By Barak Engel
Founder/Chief Geek: Eammune, CISO: Stubhub, CISO: Amplitude, CISO: Bond.Tech, vCISO: TraceData
Barak is a highly experienced CISO, established security expert, and respected industry veteran. As the originator of the "virtual CISO" concept, Barak, with his company EAmmune, has built and managed as the named CISO dozens of security organizations across many industries, for notable brands such as MuleSoft and StubHub. A frequent and sought-after public speaker, his highly pragmatic, no-nonsense, and occasionally whimsical approach to security management is captured in his recently-published book "Why CISOs Fail - the Missing Link in Security Management, and How to Fix it".
In the last couple of decades, rapid technology development and shift to the cloud have created tremendous strain for engineering and technology departments. Organizations develop tools and software to make use of all the juicy opportunities available in the cloud.
Moreover, according to Gartner, 83% of all internet traffic in 2020 are API calls. This became a new challenge for security professionals in various industries
The biggest challenge of operating in the cloud is the occurrence of abstraction layers. Before processes were different, they were based on the hardware and the owner of the device managed its operating system top to bottom. Now, it is the opposite. Every layer of the network is suddenly being managed for us. Customers of any cloud do not have access to the network. The hypervisor is managed for them, so there is no access to the virtualization layer. Lack of visibility makes it much harder to understand the environment in detail. The same is happening in applications. APIs, and XML being the earliest form of them, are abstraction layers of the underlying application.
With the movement of applications to the cloud, enterprise customers of SaaS or PaaS vendors become more interested in how their data is handled in the cloud environment that is being managed on their behalf. And the fact that hundreds or even thousands of cloud platform employees can have access to every component within products in the cloud, is being ignored. Employees are able to capture the encryption keys if they would have the intention to do so. That is why fuzzy boundaries in data, systems, operations, and responsibilities are the challenges we're all trying to deal with.

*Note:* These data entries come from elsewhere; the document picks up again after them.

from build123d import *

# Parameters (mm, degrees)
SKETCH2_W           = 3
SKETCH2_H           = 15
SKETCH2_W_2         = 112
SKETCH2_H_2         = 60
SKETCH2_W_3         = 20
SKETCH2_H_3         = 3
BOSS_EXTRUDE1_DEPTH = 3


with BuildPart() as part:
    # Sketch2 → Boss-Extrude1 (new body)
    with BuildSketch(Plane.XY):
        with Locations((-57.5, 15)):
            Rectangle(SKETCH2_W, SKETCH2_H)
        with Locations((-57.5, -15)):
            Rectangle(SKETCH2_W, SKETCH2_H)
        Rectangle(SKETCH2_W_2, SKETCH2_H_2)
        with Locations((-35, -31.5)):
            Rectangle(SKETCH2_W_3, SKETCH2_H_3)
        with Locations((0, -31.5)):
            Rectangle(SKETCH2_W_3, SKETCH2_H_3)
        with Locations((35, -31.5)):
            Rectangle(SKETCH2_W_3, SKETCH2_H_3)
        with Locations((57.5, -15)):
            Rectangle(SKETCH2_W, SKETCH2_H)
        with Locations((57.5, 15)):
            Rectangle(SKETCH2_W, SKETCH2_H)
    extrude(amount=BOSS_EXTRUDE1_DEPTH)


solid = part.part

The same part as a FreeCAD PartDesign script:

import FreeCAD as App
import Part
import Sketcher

V = App.Vector

doc = App.newDocument("Part")
params = doc.addObject("Spreadsheet::Sheet", "Params")
for row, (alias, value) in enumerate([
    ("sketch1_width", "3 mm"),
    ("sketch1_width2", "11 mm"),
    ("sketch1_width3", "20 mm"),
    ("sketch1_width4", "15 mm"),
    ("sketch1_height", "7.5 mm"),
    ("pad1_length", "3 mm"),
], start=1):
    params.set(f"A{row}", alias)
    params.set(f"B{row}", "=" + value)
    params.setAlias(f"B{row}", alias)

body = doc.addObject("PartDesign::Body", "Body")

# Sketch on XY plane
sketch1 = body.newObject("Sketcher::SketchObject", "Sketch")
sketch1.AttachmentSupport = (doc.getObject("XY_Plane"), [""])
sketch1.MapMode = "FlatFace"
sketch1.addGeometry(Part.LineSegment(V(-59, 22.5, 0), V(-59, 7.5, 0)), False)
sketch1.addGeometry(Part.LineSegment(V(-59, 7.5, 0), V(-56, 7.5, 0)), False)
sketch1.addGeometry(Part.LineSegment(V(-56, 7.5, 0), V(-56, -7.5, 0)), False)
sketch1.addGeometry(Part.LineSegment(V(-56, -7.5, 0), V(-59, -7.5, 0)), False)
sketch1.addGeometry(Part.LineSegment(V(-59, -7.5, 0), V(-59, -22.5, 0)), False)
sketch1.addGeometry(Part.LineSegment(V(-59, -22.5, 0), V(-56, -22.5, 0)), False)
sketch1.addGeometry(Part.LineSegment(V(-56, -22.5, 0), V(-56, -30, 0)), False)
sketch1.addGeometry(Part.LineSegment(V(-56, -30, 0), V(-45, -30, 0)), False)
sketch1.addGeometry(Part.LineSegment(V(-45, -30, 0), V(-45, -33, 0)), False)
sketch1.addGeometry(Part.LineSegment(V(-45, -33, 0), V(-25, -33, 0)), False)
sketch1.addGeometry(Part.LineSegment(V(-25, -33, 0), V(-25, -30, 0)), False)
sketch1.addGeometry(Part.LineSegment(V(-25, -30, 0), V(-10, -30, 0)), False)
sketch1.addGeometry(Part.LineSegment(V(-10, -30, 0), V(-10, -33, 0)), False)
sketch1.addGeometry(Part.LineSegment(V(-10, -33, 0), V(10, -33, 0)), False)
sketch1.addGeometry(Part.LineSegment(V(10, -33, 0), V(10, -30, 0)), False)
sketch1.addGeometry(Part.LineSegment(V(10, -30, 0), V(25, -30, 0)), False)
sketch1.addGeometry(Part.LineSegment(V(25, -30, 0), V(25, -33, 0)), False)
sketch1.addGeometry(Part.LineSegment(V(25, -33, 0), V(45, -33, 0)), False)
sketch1.addGeometry(Part.LineSegment(V(45, -33, 0), V(45, -30, 0)), False)
sketch1.addGeometry(Part.LineSegment(V(45, -30, 0), V(56, -30, 0)), False)
sketch1.addGeometry(Part.LineSegment(V(56, -30, 0), V(56, -22.5, 0)), False)
sketch1.addGeometry(Part.LineSegment(V(56, -22.5, 0), V(59, -22.5, 0)), False)
sketch1.addGeometry(Part.LineSegment(V(59, -22.5, 0), V(59, -7.5, 0)), False)
sketch1.addGeometry(Part.LineSegment(V(59, -7.5, 0), V(56, -7.5, 0)), False)
sketch1.addGeometry(Part.LineSegment(V(56, -7.5, 0), V(56, 7.5, 0)), False)
sketch1.addGeometry(Part.LineSegment(V(56, 7.5, 0), V(59, 7.5, 0)), False)
sketch1.addGeometry(Part.LineSegment(V(59, 7.5, 0), V(59, 22.5, 0)), False)
sketch1.addGeometry(Part.LineSegment(V(59, 22.5, 0), V(56, 22.5, 0)), False)
sketch1.addGeometry(Part.LineSegment(V(56, 22.5, 0), V(56, 30, 0)), False)
sketch1.addGeometry(Part.LineSegment(V(56, 30, 0), V(-56, 30, 0)), False)
sketch1.addGeometry(Part.LineSegment(V(-56, 30, 0), V(-56, 22.5, 0)), False)
sketch1.addGeometry(Part.LineSegment(V(-56, 22.5, 0), V(-59, 22.5, 0)), False)
sketch1.addConstraint(Sketcher.Constraint("Coincident", 0, 2, 1, 1))
sketch1.addConstraint(Sketcher.Constraint("Coincident", 1, 2, 2, 1))
sketch1.addConstraint(Sketcher.Constraint("Coincident", 2, 2, 3, 1))
sketch1.addConstraint(Sketcher.Constraint("Coincident", 3, 2, 4, 1))
sketch1.addConstraint(Sketcher.Constraint("Coincident", 4, 2, 5, 1))
sketch1.addConstraint(Sketcher.Constraint("Coincident", 5, 2, 6, 1))
sketch1.addConstraint(Sketcher.Constraint("Coincident", 6, 2, 7, 1))
sketch1.addConstraint(Sketcher.Constraint("Coincident", 7, 2, 8, 1))
sketch1.addConstraint(Sketcher.Constraint("Coincident", 8, 2, 9, 1))
sketch1.addConstraint(Sketcher.Constraint("Coincident", 9, 2, 10, 1))
sketch1.addConstraint(Sketcher.Constraint("Coincident", 10, 2, 11, 1))
sketch1.addConstraint(Sketcher.Constraint("Coincident", 11, 2, 12, 1))
sketch1.addConstraint(Sketcher.Constraint("Coincident", 12, 2, 13, 1))
sketch1.addConstraint(Sketcher.Constraint("Coincident", 13, 2, 14, 1))
sketch1.addConstraint(Sketcher.Constraint("Coincident", 14, 2, 15, 1))
sketch1.addConstraint(Sketcher.Constraint("Coincident", 15, 2, 16, 1))
sketch1.addConstraint(Sketcher.Constraint("Coincident", 16, 2, 17, 1))
sketch1.addConstraint(Sketcher.Constraint("Coincident", 17, 2, 18, 1))
sketch1.addConstraint(Sketcher.Constraint("Coincident", 18, 2, 19, 1))
sketch1.addConstraint(Sketcher.Constraint("Coincident", 19, 2, 20, 1))
sketch1.addConstraint(Sketcher.Constraint("Coincident", 20, 2, 21, 1))
sketch1.addConstraint(Sketcher.Constraint("Coincident", 21, 2, 22, 1))
sketch1.addConstraint(Sketcher.Constraint("Coincident", 22, 2, 23, 1))
sketch1.addConstraint(Sketcher.Constraint("Coincident", 23, 2, 24, 1))
sketch1.addConstraint(Sketcher.Constraint("Coincident", 24, 2, 25, 1))
sketch1.addConstraint(Sketcher.Constraint("Coincident", 25, 2, 26, 1))
sketch1.addConstraint(Sketcher.Constraint("Coincident", 26, 2, 27, 1))
sketch1.addConstraint(Sketcher.Constraint("Coincident", 27, 2, 28, 1))
sketch1.addConstraint(Sketcher.Constraint("Coincident", 28, 2, 29, 1))
sketch1.addConstraint(Sketcher.Constraint("Coincident", 29, 2, 30, 1))
sketch1.addConstraint(Sketcher.Constraint("Coincident", 30, 2, 31, 1))
sketch1.addConstraint(Sketcher.Constraint("Coincident", 31, 2, 0, 1))
sketch1.addConstraint(Sketcher.Constraint("Vertical", 0))
sketch1.addConstraint(Sketcher.Constraint("Horizontal", 1))
sketch1.addConstraint(Sketcher.Constraint("Vertical", 2))
sketch1.addConstraint(Sketcher.Constraint("Horizontal", 3))
sketch1.addConstraint(Sketcher.Constraint("Vertical", 4))
sketch1.addConstraint(Sketcher.Constraint("Horizontal", 5))
sketch1.addConstraint(Sketcher.Constraint("Vertical", 6))
sketch1.addConstraint(Sketcher.Constraint("Horizontal", 7))
sketch1.addConstraint(Sketcher.Constraint("Vertical", 8))
sketch1.addConstraint(Sketcher.Constraint("Horizontal", 9))
sketch1.addConstraint(Sketcher.Constraint("Vertical", 10))
sketch1.addConstraint(Sketcher.Constraint("Horizontal", 11))
sketch1.addConstraint(Sketcher.Constraint("Vertical", 12))
sketch1.addConstraint(Sketcher.Constraint("Horizontal", 13))
sketch1.addConstraint(Sketcher.Constraint("Vertical", 14))
sketch1.addConstraint(Sketcher.Constraint("Horizontal", 15))
sketch1.addConstraint(Sketcher.Constraint("Vertical", 16))
sketch1.addConstraint(Sketcher.Constraint("Horizontal", 17))
sketch1.addConstraint(Sketcher.Constraint("Vertical", 18))
sketch1.addConstraint(Sketcher.Constraint("Horizontal", 19))
sketch1.addConstraint(Sketcher.Constraint("Vertical", 20))
sketch1.addConstraint(Sketcher.Constraint("Horizontal", 21))
sketch1.addConstraint(Sketcher.Constraint("Vertical", 22))
sketch1.addConstraint(Sketcher.Constraint("Horizontal", 23))
sketch1.addConstraint(Sketcher.Constraint("Vertical", 24))
sketch1.addConstraint(Sketcher.Constraint("Horizontal", 25))
sketch1.addConstraint(Sketcher.Constraint("Vertical", 26))
sketch1.addConstraint(Sketcher.Constraint("Horizontal", 27))
sketch1.addConstraint(Sketcher.Constraint("Vertical", 28))
sketch1.addConstraint(Sketcher.Constraint("Horizontal", 29))
sketch1.addConstraint(Sketcher.Constraint("Vertical", 30))
sketch1.addConstraint(Sketcher.Constraint("Horizontal", 31))
sketch1.addConstraint(Sketcher.Constraint("Symmetric", 0, 2, 22, 2, -1, 1))
sketch1.addConstraint(Sketcher.Constraint("Symmetric", 2, 2, 24, 2, -1, 1))
sketch1.addConstraint(Sketcher.Constraint("Symmetric", 4, 2, 26, 2, -1, 1))
sketch1.addConstraint(Sketcher.Constraint("Symmetric", 6, 2, 28, 2, -1, 1))
sketch1.addConstraint(Sketcher.Constraint("Symmetric", 19, 2, 29, 2, -1, 1))
sketch1.addConstraint(Sketcher.Constraint("Symmetric", 11, 2, 14, 2, -2))
sketch1.addConstraint(Sketcher.Constraint("Symmetric", 9, 2, 16, 2, -2))
sketch1.addConstraint(Sketcher.Constraint("Symmetric", 5, 2, 20, 2, -2))
sketch1.addConstraint(Sketcher.Constraint("Symmetric", 3, 2, 22, 2, -2))
sketch1.addConstraint(Sketcher.Constraint("Horizontal", 7, 2, 10, 2))
sketch1.addConstraint(Sketcher.Constraint("Horizontal", 9, 2, 12, 2))
sketch1.addConstraint(Sketcher.Constraint("Horizontal", 27, 2, 30, 2))
sketch1.addConstraint(Sketcher.Constraint("Vertical", 2, 2, 5, 2))
sketch1.addConstraint(Sketcher.Constraint("Equal", 9, 13))
sketch1.addConstraint(Sketcher.Constraint("Equal", 13, 17))
sketch1.addConstraint(Sketcher.Constraint("Equal", 15, 0))
sketch1.addConstraint(Sketcher.Constraint("Equal", 0, 2))
sketch1.addConstraint(Sketcher.Constraint("Equal", 31, 8))
sketch1.addConstraint(Sketcher.Constraint("DistanceX", 1, 1, 1, 2, 3.0))
sketch1.addConstraint(Sketcher.Constraint("DistanceX", 7, 1, 7, 2, 11.0))
sketch1.addConstraint(Sketcher.Constraint("DistanceX", 9, 1, 9, 2, 20.0))
sketch1.addConstraint(Sketcher.Constraint("DistanceX", 11, 1, 11, 2, 15.0))
sketch1.addConstraint(Sketcher.Constraint("DistanceY", 6, 2, 6, 1, 7.5))
sketch1.setExpression("Constraints[82]", "Params.sketch1_width")
sketch1.setExpression("Constraints[83]", "Params.sketch1_width2")
sketch1.setExpression("Constraints[84]", "Params.sketch1_width3")
sketch1.setExpression("Constraints[85]", "Params.sketch1_width4")
sketch1.setExpression("Constraints[86]", "Params.sketch1_height")
pad1 = body.newObject("PartDesign::Pad", "Pad")
pad1.Profile = sketch1
pad1.setExpression("Length", "Params.pad1_length")

doc.recompute()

A shared responsibility model is an attempt to capture this problem. Generally, it claims that there is a safe box to interact with and an element of trust that has to be built. So, the vendor is not looking at what is happening within the application sandbox, but in case illegal actions appear, it will cooperate with law enforcement. So clients should be responsible for what they do. In this context, the notion of clear control and strict responsibility boundaries is no longer in place.
Coming back to the theme of how to protect the API. Web application firewalls are fairly standardized, so you can develop a WAF that uses signatures. Because at the end of the day, the protocol is standard: 80, 443 (or HTTP/HTTPS) operates the same way, and typically the transactions within them are standardized. But that is no longer true in an API. While an API might connect on 443, all the language that is driving it is completely customized. So what straightforward WAFs could do, an API firewall can’t. It cannot rely on prior knowledge of the protocol.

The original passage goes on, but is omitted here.